Traité comme un écran cinématographique,
le chœur "panoramise" les scènes. Le regard est littéralement
embrassé par la courbure. Gardé intact dans sa partie supérieure,
non "peint" en quelque sorte, le chœur est exploité
pour construire autour de nous une surface enveloppante et chaude. Il nous
introduit dans l'Œuf d'une nouvelle création. Il invite au lien
communautaire. Il traduit en acte l'ecclesia (assemblée des fidèles)
autour de la table, point stratégique de l'espace. Mais quelle table,
puisqu'elles sont deux ? La table réelle de marbre blanc renvoie à
son double sur la peinture. Ainsi fait le triptyque : l'espace intérieur
de l'église devient un champ d'échos symboliques. Le fidèle
se sent ici et ailleurs. Le sacrement de la messe, par l'effet de la peinture
sur les esprits, produira l'impression d'un espace qui s'approfondit sans
rupture dans les bleuités du chœur. Alors devient totale la participation
sacramentelle des participants. (Illusion renforcée, comme nous le
verrons, par la position de Jésus). À prendre en compte cette
impression, on remarque ces lignes de force qui animent l'espace intérieur
de l'église, elles partent du chœur, se répercutent toutes
au centre de la table et rayonnent sur l'assemblée des fidèles.
Sur eux, au-dessus d'eux, remplissant toute la nef. (Comme on sait qu'est
structurée l'architecture d'une église : autour de la répercussion
- sonore et visuelle - et de la transparence).
Mais selon le point de vue du fidèle cette fois considéré,
le chœur reçoit les regards pour les centraliser sur l'essentiel.
Immanquablement toutes ces lignes convergent sur l'agneau de la Cène.
Qu'il soit à droite ou qu'il soit à gauche, qu'il soit fixé
sur la Déposition ou sur la Nativité, le regard glisse automatiquement
vers le centre, comme l'eau dans un entonnoir. Le peintre l'a voulu ainsi.
Ni l'agneau du sacrifice, ni le fragment de vigne ne figurent sur la miniature
arménienne de 1232 peinte par Grégoire dont il s'est inspiré.
Mais nous sommes ici au centre d'un passage. Jésus proclame la Nouvelle
Alliance. Le raisin renvoie à Noé. Son Arche s'échoua
sur le mont Ararat. Dieu établit son alliance avec lui et avec sa descendance,
et lui, " se mit à cultiver le sol et planta une vigne "

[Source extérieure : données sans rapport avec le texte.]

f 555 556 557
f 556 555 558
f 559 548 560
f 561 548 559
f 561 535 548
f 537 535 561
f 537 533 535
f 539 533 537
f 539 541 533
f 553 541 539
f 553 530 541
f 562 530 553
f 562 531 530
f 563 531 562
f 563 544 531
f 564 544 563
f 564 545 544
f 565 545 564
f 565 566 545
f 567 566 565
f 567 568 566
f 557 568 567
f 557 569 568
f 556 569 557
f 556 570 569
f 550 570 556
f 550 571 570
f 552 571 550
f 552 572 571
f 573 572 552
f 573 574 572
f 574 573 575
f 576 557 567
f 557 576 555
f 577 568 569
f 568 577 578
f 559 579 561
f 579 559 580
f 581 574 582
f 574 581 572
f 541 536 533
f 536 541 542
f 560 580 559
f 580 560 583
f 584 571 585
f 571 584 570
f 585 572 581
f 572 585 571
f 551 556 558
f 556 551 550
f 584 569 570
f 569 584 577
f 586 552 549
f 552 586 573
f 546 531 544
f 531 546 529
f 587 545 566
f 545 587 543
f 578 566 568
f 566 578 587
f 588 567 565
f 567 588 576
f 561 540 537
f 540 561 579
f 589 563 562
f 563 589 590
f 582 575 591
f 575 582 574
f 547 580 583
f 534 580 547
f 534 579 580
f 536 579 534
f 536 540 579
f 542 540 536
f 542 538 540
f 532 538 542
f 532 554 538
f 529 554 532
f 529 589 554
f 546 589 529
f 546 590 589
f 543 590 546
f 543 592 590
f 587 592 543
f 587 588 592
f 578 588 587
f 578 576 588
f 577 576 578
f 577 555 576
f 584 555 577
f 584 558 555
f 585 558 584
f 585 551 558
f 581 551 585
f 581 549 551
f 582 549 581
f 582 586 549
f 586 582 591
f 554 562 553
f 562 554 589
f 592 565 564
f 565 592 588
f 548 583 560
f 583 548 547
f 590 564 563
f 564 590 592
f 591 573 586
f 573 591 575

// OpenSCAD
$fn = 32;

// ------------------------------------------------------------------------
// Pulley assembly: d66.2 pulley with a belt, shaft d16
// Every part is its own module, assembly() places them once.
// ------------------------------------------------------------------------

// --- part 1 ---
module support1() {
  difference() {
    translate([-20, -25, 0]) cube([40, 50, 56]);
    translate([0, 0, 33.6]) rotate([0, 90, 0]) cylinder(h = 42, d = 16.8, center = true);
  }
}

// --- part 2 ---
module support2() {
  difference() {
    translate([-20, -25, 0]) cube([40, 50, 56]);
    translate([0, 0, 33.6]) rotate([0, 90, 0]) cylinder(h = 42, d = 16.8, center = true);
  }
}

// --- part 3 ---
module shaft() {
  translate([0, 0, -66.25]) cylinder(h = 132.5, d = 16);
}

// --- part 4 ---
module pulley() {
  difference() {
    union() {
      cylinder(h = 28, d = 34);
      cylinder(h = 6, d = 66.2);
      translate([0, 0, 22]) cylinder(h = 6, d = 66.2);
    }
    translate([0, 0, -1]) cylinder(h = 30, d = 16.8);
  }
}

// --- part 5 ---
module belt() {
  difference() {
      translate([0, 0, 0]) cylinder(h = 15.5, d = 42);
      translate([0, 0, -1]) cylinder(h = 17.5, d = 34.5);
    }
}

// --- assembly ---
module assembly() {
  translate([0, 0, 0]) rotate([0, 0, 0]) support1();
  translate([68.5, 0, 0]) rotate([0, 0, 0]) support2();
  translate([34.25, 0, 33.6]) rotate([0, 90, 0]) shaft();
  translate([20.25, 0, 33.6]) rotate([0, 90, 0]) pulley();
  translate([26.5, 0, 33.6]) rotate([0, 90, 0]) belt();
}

( Genèse, 9, 18 ). Quant à l'agneau, il rappelle l'institution
de la Pâque (Exode, 12). Et voici que Jésus institue la Cène
comme le centre d'une Alliance nouvelle et d'une mémoire nouvelle et
d'un amour nouveau. Il n'est pas le centre réel, il est l'instrument
du centre . " Le Fils de l'homme s'en va, selon ce qui est écrit
de lui " (Marc, 14, 21). Peut-être faut-il voir là une raison
de son décentrement dans le tableau. Son bras et ses doigts semblent
eux-mêmes montrer ce centre.
Mais qu'en est-il encore de cette position ? Jésus
à gauche pour celui qui regarde le tableau, Jésus à droite
pour les apôtres. Troublante situation que Der Markarian, fidèle
à son modèle, s'est cru tenu de respecter. Et de fait paradoxale.
Jésus est à table sans être face à elle. Mais plutôt
franchement tourné vers nous. Aussi nous regardant. Jésus avec
ses apôtres est Jésus détaché d'eux et qui nous
regarde. Et s'il nous regarde, c'est qu'il est aussi avec nous. (La scène
ainsi composée n'est pas tableau à voir comme un travail d'artiste,
mais Cène qui ne se laissera voir que si on la laisse nous regarder).

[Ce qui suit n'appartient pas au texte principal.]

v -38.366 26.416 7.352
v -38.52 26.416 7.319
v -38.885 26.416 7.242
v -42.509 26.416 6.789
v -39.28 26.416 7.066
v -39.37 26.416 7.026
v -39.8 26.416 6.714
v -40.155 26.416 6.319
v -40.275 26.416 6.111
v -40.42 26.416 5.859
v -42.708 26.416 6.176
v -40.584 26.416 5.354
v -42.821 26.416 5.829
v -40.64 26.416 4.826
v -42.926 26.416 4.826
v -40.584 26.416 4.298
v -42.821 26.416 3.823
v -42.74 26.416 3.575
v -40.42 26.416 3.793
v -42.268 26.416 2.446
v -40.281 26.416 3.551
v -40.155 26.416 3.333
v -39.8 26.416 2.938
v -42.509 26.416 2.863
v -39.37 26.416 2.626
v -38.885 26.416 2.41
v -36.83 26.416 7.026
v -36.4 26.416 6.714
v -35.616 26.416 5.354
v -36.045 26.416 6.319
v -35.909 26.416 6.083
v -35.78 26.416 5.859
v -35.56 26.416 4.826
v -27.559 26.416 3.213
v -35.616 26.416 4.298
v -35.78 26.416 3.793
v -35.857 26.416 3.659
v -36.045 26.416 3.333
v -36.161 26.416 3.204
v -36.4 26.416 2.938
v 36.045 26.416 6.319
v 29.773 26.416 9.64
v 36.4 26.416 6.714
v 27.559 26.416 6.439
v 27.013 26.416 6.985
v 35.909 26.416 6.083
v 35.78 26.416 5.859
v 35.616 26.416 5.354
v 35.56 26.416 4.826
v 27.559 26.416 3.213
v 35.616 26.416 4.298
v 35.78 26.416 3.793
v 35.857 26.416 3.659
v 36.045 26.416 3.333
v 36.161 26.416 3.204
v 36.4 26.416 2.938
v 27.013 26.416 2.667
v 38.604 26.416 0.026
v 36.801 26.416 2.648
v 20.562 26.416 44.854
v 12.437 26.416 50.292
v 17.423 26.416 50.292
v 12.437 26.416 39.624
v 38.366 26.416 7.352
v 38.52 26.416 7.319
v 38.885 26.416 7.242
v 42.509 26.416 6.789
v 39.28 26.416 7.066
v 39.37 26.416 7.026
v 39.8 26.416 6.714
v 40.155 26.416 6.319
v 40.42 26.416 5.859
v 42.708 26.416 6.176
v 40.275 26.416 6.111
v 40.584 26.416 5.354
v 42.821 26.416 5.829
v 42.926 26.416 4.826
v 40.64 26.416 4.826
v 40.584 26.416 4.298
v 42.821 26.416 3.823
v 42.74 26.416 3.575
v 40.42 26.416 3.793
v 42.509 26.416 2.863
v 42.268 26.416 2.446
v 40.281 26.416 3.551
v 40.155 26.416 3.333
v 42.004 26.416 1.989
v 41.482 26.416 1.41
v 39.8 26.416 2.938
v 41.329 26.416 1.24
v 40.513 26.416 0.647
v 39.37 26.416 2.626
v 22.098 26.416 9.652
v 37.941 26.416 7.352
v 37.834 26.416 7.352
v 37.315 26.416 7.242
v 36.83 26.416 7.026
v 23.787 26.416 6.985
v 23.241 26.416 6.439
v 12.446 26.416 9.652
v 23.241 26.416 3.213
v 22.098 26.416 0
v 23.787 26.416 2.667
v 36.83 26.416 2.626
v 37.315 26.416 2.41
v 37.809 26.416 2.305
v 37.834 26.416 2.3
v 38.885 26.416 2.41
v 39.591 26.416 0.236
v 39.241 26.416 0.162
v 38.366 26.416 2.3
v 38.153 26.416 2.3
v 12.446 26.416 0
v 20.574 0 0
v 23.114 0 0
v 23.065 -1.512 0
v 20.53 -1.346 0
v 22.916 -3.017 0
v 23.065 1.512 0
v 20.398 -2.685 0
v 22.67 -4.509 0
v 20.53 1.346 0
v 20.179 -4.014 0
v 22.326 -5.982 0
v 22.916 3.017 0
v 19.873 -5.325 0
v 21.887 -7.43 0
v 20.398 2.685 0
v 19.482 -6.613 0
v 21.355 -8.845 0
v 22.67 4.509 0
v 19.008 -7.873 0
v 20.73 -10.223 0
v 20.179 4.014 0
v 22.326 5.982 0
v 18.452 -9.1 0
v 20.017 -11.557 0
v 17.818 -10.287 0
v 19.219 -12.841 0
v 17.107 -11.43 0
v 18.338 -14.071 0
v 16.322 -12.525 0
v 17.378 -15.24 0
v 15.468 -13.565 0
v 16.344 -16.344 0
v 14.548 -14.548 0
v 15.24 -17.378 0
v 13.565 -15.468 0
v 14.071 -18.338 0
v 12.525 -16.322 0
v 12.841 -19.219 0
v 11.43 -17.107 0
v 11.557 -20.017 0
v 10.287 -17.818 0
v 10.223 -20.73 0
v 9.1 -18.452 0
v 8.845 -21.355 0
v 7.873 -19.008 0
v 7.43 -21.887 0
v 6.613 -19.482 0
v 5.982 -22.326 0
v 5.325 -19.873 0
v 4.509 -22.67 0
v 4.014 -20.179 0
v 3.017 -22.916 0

Jésus qui s'adresse à nous : " Faites ceci en mémoire
de moi"(Luc 22, 19 ). Or la Cène de Der Markarian, à l'instar
de son modèle, représente une table qui est occupée sur
la gauche de Jésus par les apôtres, et qui, sur le côté
droit, est totalement vide. Ce côté droit qui est en quelque
sorte le nôtre. Et c'est nous, qui, dans la réalité de
l'Alliance, sommes assis, sinon invités, à la même table
que les apôtres. Nous sommes l'avenir-présent de cette Alliance.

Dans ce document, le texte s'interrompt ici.